#### Task to complete
From the records below, pull each line that has "SUBTRACT".

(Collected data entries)

*** Begin section ***

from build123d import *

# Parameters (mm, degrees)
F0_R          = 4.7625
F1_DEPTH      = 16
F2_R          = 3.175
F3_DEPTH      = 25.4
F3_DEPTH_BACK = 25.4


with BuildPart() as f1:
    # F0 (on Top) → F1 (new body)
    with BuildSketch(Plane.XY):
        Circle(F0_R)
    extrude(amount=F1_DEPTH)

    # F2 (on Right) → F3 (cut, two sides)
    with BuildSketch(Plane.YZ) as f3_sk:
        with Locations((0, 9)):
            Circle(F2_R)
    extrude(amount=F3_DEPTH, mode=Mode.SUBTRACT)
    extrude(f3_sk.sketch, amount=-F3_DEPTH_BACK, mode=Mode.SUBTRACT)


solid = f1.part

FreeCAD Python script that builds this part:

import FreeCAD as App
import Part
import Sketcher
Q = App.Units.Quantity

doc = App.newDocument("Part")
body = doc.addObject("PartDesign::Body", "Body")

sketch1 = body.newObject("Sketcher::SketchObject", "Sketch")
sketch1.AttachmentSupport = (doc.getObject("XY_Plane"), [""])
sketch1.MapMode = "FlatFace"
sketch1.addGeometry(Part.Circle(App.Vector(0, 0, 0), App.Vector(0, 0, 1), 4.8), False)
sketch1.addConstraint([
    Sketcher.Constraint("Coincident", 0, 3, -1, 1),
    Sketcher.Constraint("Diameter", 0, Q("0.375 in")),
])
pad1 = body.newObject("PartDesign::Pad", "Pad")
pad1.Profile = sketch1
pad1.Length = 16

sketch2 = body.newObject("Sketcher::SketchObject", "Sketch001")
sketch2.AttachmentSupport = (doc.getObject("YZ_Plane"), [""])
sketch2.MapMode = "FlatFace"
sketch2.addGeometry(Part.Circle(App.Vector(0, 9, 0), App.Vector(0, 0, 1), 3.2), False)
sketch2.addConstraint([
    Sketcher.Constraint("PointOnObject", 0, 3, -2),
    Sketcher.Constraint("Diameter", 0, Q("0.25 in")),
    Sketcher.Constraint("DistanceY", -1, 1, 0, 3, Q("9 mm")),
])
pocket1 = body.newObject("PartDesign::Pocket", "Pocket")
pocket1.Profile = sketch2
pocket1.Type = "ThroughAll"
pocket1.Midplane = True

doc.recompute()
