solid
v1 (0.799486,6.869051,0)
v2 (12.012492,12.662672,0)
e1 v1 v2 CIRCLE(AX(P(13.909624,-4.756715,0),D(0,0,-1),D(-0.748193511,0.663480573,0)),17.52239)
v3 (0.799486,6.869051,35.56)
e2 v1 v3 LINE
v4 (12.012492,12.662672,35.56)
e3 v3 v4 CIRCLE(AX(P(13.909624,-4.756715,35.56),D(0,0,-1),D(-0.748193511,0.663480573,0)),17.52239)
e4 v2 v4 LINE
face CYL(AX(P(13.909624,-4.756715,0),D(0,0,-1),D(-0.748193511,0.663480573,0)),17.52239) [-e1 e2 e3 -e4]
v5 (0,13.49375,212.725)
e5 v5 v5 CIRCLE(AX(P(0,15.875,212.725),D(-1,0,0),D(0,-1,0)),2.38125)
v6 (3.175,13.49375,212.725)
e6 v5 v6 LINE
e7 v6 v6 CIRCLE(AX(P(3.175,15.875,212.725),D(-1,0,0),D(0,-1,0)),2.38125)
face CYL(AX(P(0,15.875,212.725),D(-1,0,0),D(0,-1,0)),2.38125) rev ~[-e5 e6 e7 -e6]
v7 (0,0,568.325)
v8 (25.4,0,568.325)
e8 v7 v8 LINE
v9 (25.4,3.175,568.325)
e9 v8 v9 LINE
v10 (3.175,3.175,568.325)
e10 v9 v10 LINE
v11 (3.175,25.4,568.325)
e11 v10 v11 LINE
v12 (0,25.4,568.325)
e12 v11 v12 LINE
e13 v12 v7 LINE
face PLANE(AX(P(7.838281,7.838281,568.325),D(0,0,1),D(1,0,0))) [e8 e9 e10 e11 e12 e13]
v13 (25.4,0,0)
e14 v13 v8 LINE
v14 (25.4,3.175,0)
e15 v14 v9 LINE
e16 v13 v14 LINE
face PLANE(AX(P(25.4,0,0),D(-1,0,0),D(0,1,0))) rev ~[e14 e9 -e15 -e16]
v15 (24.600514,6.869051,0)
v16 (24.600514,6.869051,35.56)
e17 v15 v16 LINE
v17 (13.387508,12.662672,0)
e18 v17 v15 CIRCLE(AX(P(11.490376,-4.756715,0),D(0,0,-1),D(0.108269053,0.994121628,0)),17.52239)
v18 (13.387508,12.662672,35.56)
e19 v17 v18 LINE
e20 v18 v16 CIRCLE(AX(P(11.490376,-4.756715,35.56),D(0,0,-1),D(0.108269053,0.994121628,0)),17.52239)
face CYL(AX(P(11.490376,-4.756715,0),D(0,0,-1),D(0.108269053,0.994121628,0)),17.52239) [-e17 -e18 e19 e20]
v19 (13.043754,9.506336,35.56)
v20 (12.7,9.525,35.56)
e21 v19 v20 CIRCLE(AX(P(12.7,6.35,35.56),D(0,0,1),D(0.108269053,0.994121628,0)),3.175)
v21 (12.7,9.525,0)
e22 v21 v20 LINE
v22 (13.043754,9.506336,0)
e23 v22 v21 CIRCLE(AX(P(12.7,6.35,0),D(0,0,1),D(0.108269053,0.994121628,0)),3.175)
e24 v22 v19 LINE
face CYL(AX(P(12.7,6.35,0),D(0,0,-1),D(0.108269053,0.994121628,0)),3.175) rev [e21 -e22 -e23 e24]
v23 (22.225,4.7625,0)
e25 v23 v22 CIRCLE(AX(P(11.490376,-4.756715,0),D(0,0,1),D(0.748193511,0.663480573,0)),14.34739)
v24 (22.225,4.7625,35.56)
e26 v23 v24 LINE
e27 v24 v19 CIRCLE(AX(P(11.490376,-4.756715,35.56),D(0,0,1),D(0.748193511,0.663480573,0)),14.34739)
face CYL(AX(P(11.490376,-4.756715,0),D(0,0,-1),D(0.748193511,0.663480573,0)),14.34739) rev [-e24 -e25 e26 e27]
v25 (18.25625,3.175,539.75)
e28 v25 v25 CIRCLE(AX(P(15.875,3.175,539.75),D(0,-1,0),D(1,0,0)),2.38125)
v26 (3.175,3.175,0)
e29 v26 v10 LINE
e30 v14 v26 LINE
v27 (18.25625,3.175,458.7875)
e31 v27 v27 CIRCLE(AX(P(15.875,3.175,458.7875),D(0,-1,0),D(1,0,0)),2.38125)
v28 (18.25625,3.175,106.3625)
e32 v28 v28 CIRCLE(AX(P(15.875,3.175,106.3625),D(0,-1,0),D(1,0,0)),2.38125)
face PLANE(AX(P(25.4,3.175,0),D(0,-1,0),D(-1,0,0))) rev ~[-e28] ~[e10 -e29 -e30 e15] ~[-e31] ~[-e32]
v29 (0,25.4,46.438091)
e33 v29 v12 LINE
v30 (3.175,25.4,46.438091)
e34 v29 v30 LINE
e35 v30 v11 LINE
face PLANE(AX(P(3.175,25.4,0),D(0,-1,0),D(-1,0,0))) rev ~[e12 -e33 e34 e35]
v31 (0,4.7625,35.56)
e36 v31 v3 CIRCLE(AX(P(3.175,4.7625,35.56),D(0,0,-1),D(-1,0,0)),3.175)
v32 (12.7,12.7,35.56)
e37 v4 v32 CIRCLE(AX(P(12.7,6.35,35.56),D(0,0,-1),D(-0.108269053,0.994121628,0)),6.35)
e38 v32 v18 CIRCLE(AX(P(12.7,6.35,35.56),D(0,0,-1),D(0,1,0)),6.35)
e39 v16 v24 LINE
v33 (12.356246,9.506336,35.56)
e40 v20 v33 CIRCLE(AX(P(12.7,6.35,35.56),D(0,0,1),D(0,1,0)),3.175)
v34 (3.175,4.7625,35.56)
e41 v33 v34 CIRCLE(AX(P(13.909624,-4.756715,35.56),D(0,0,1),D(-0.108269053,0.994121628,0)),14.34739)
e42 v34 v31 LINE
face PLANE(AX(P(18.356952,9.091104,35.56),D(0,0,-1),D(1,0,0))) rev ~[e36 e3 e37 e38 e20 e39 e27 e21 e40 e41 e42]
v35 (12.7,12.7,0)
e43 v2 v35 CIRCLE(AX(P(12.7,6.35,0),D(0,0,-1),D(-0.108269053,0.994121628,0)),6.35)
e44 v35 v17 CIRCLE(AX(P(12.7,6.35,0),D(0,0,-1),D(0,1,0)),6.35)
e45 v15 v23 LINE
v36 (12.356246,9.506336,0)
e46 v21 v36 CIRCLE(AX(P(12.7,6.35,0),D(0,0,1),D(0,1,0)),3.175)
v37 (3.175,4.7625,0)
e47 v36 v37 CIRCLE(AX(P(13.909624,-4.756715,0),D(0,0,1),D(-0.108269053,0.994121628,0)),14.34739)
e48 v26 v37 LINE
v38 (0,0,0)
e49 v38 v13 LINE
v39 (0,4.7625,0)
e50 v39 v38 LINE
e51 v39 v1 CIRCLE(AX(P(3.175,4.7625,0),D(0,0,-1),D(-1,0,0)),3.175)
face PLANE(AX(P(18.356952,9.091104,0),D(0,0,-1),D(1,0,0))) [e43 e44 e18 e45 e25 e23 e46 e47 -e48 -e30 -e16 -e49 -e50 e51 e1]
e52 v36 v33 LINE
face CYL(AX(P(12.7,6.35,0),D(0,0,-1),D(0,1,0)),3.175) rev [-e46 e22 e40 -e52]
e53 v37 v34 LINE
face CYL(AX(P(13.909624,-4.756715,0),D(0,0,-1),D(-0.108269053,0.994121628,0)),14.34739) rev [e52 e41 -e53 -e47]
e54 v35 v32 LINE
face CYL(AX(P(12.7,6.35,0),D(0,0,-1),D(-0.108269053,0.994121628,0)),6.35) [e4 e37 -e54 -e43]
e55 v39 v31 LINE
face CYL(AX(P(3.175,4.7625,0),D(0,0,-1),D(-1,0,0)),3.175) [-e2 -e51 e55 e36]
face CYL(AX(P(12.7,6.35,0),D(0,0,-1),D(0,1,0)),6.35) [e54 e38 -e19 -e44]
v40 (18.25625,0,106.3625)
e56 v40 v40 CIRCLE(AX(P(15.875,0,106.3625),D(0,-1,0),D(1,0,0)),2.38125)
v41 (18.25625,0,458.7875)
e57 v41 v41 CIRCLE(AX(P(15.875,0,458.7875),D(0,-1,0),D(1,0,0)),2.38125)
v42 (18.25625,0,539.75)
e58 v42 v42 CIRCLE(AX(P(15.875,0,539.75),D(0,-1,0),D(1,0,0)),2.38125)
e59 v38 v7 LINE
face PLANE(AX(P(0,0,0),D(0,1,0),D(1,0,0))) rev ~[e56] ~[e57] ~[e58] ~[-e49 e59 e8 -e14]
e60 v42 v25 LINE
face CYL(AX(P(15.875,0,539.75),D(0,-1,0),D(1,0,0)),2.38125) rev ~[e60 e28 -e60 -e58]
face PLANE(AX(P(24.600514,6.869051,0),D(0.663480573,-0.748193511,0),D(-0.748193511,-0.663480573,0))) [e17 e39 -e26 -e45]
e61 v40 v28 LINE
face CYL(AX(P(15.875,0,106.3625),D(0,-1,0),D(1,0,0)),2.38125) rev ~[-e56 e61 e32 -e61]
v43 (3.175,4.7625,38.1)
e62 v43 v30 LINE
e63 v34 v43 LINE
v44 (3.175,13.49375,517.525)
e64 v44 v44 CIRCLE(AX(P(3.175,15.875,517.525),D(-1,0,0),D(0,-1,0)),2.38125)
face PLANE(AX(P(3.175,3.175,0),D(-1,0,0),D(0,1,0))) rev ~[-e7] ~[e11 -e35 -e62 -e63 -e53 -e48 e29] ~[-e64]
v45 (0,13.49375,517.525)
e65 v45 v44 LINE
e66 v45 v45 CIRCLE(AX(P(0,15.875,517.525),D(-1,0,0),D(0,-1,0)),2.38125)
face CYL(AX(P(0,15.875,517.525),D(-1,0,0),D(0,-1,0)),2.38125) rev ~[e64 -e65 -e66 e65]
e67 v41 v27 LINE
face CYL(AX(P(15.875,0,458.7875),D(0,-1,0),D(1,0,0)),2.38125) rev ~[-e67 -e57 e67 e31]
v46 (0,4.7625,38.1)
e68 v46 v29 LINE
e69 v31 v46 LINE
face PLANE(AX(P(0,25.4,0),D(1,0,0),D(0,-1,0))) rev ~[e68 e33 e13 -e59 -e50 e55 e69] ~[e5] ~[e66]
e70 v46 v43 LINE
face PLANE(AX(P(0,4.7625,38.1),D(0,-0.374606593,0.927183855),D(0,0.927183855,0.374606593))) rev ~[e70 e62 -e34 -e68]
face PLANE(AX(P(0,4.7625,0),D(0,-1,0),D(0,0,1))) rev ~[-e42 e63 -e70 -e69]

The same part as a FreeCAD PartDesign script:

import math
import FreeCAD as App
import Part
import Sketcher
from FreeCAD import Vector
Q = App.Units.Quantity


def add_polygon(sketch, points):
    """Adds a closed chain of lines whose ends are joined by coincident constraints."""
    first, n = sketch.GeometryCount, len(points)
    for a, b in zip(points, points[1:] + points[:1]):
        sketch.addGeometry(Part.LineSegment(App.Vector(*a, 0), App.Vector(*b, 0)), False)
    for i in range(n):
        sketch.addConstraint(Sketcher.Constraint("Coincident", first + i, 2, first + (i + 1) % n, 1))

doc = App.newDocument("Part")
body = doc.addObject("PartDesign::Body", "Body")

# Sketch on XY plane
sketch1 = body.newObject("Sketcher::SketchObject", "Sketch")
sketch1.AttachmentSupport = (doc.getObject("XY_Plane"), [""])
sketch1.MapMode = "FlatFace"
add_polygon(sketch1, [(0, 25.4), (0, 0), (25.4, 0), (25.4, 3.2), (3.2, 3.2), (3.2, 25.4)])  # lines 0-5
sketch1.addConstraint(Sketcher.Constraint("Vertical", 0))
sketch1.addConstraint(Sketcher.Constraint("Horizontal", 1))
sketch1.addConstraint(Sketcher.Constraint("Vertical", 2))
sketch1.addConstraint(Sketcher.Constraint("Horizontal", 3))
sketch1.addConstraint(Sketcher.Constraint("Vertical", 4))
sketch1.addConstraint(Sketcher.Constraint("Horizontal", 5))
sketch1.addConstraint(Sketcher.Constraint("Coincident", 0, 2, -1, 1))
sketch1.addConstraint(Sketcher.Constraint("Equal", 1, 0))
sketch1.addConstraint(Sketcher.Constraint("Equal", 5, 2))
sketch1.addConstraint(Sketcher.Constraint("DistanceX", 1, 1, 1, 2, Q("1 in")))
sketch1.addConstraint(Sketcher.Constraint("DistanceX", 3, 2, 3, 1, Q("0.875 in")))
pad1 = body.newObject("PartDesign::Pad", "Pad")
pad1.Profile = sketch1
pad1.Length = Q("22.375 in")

*** End section ***
*** Begin section ***

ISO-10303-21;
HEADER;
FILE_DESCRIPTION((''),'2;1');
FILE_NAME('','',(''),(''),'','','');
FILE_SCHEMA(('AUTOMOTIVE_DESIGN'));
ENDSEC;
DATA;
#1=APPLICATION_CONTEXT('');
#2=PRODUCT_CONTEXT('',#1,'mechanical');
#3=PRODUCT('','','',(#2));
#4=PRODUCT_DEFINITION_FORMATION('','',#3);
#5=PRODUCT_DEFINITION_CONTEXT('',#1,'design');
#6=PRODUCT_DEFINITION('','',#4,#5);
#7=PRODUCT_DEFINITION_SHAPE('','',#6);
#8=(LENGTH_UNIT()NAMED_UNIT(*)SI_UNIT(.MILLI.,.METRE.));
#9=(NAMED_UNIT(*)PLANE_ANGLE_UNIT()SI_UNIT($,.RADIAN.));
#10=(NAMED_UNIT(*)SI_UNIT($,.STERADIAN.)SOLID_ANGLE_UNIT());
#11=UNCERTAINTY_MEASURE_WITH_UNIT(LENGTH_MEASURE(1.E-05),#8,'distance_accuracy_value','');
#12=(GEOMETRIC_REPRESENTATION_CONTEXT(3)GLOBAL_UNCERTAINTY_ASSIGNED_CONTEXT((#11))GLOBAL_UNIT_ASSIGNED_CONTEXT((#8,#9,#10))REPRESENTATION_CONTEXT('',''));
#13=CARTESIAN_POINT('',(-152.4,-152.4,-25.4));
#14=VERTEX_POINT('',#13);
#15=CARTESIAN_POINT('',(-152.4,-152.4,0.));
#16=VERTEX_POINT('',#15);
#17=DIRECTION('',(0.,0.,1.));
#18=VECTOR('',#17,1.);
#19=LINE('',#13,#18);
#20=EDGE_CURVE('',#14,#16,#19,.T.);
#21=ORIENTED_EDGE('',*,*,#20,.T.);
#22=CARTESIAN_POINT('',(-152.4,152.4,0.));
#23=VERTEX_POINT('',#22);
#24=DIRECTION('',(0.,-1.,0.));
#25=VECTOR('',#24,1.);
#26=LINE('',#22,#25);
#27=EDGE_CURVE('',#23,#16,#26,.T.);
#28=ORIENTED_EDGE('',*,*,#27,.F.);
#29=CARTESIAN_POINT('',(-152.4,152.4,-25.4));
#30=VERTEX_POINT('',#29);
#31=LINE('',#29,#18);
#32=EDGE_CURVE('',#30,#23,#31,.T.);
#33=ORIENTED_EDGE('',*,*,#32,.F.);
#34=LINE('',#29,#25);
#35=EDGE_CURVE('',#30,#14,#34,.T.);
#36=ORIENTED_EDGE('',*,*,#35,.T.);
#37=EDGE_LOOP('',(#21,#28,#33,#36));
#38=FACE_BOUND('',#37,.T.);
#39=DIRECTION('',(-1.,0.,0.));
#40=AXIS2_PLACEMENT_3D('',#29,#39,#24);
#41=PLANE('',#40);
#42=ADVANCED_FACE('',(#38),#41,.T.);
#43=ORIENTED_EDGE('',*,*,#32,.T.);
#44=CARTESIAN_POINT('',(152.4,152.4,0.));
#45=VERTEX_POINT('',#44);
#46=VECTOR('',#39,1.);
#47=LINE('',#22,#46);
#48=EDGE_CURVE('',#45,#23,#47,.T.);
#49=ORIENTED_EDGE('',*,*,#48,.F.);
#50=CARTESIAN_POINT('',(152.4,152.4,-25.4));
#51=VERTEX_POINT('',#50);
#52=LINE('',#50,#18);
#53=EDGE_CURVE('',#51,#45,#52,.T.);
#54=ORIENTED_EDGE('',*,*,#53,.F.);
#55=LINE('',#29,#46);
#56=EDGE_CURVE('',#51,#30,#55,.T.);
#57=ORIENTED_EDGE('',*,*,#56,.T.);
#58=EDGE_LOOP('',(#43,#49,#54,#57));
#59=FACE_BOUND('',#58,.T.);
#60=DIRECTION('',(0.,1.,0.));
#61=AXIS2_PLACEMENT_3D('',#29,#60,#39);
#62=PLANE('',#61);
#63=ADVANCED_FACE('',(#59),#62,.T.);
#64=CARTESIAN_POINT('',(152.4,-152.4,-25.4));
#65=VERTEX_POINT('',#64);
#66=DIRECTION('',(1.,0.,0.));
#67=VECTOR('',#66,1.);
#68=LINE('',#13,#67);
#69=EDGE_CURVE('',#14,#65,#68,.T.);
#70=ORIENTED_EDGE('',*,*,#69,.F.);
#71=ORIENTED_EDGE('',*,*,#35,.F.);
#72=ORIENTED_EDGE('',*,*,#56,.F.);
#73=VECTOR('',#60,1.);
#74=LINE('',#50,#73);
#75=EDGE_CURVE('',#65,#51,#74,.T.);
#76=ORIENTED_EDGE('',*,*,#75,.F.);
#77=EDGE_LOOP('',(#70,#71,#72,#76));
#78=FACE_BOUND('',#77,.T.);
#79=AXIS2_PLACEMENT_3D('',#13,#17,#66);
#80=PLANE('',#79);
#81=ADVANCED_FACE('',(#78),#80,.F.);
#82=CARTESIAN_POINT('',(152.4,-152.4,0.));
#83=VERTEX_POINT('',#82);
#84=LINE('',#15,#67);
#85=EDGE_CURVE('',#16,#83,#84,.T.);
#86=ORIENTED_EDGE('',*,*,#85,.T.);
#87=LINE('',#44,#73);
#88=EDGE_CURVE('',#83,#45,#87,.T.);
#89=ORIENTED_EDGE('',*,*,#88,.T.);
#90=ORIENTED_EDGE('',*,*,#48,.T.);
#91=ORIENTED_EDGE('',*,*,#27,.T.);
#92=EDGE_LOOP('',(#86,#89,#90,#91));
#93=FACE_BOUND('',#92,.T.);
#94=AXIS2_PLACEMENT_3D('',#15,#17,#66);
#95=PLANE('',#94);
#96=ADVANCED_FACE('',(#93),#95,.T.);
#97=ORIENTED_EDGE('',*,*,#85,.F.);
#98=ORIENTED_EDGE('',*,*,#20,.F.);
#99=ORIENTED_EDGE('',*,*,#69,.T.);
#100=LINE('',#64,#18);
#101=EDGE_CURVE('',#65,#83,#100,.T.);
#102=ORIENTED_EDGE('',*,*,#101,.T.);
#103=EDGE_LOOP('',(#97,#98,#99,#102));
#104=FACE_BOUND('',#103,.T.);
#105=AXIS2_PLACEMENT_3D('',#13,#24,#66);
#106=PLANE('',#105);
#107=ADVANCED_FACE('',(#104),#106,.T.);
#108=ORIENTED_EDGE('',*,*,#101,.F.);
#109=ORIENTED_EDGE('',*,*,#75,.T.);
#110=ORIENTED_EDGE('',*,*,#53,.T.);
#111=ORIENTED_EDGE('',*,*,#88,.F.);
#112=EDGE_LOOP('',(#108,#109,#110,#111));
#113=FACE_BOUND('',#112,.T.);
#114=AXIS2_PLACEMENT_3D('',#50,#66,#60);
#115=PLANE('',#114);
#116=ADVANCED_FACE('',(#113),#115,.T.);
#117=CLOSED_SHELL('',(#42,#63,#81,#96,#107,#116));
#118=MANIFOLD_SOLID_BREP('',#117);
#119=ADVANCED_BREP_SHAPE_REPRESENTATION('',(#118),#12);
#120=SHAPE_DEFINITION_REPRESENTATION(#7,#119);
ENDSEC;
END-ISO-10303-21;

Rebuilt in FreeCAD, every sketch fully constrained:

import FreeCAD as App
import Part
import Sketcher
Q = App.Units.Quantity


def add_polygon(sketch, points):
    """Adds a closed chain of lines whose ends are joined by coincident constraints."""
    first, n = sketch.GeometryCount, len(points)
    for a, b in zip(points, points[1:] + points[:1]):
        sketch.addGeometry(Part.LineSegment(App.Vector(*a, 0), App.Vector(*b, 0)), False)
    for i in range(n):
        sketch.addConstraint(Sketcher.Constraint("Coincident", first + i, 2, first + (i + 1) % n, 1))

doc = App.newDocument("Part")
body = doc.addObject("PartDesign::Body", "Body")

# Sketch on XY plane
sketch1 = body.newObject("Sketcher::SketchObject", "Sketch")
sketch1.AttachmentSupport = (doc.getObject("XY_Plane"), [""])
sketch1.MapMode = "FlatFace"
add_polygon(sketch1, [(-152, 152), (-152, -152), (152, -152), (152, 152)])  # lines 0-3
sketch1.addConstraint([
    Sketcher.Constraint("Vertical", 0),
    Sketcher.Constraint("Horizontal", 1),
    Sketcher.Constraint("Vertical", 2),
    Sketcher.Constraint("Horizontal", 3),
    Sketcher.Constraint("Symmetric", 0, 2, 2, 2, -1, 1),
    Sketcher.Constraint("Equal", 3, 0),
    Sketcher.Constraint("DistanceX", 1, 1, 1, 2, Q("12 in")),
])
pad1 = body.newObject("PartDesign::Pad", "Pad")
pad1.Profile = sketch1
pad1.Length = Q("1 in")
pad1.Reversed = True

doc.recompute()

*** End section ***

#### Your response
    extrude(amount=F3_DEPTH, mode=Mode.SUBTRACT)
    extrude(f3_sk.sketch, amount=-F3_DEPTH_BACK, mode=Mode.SUBTRACT)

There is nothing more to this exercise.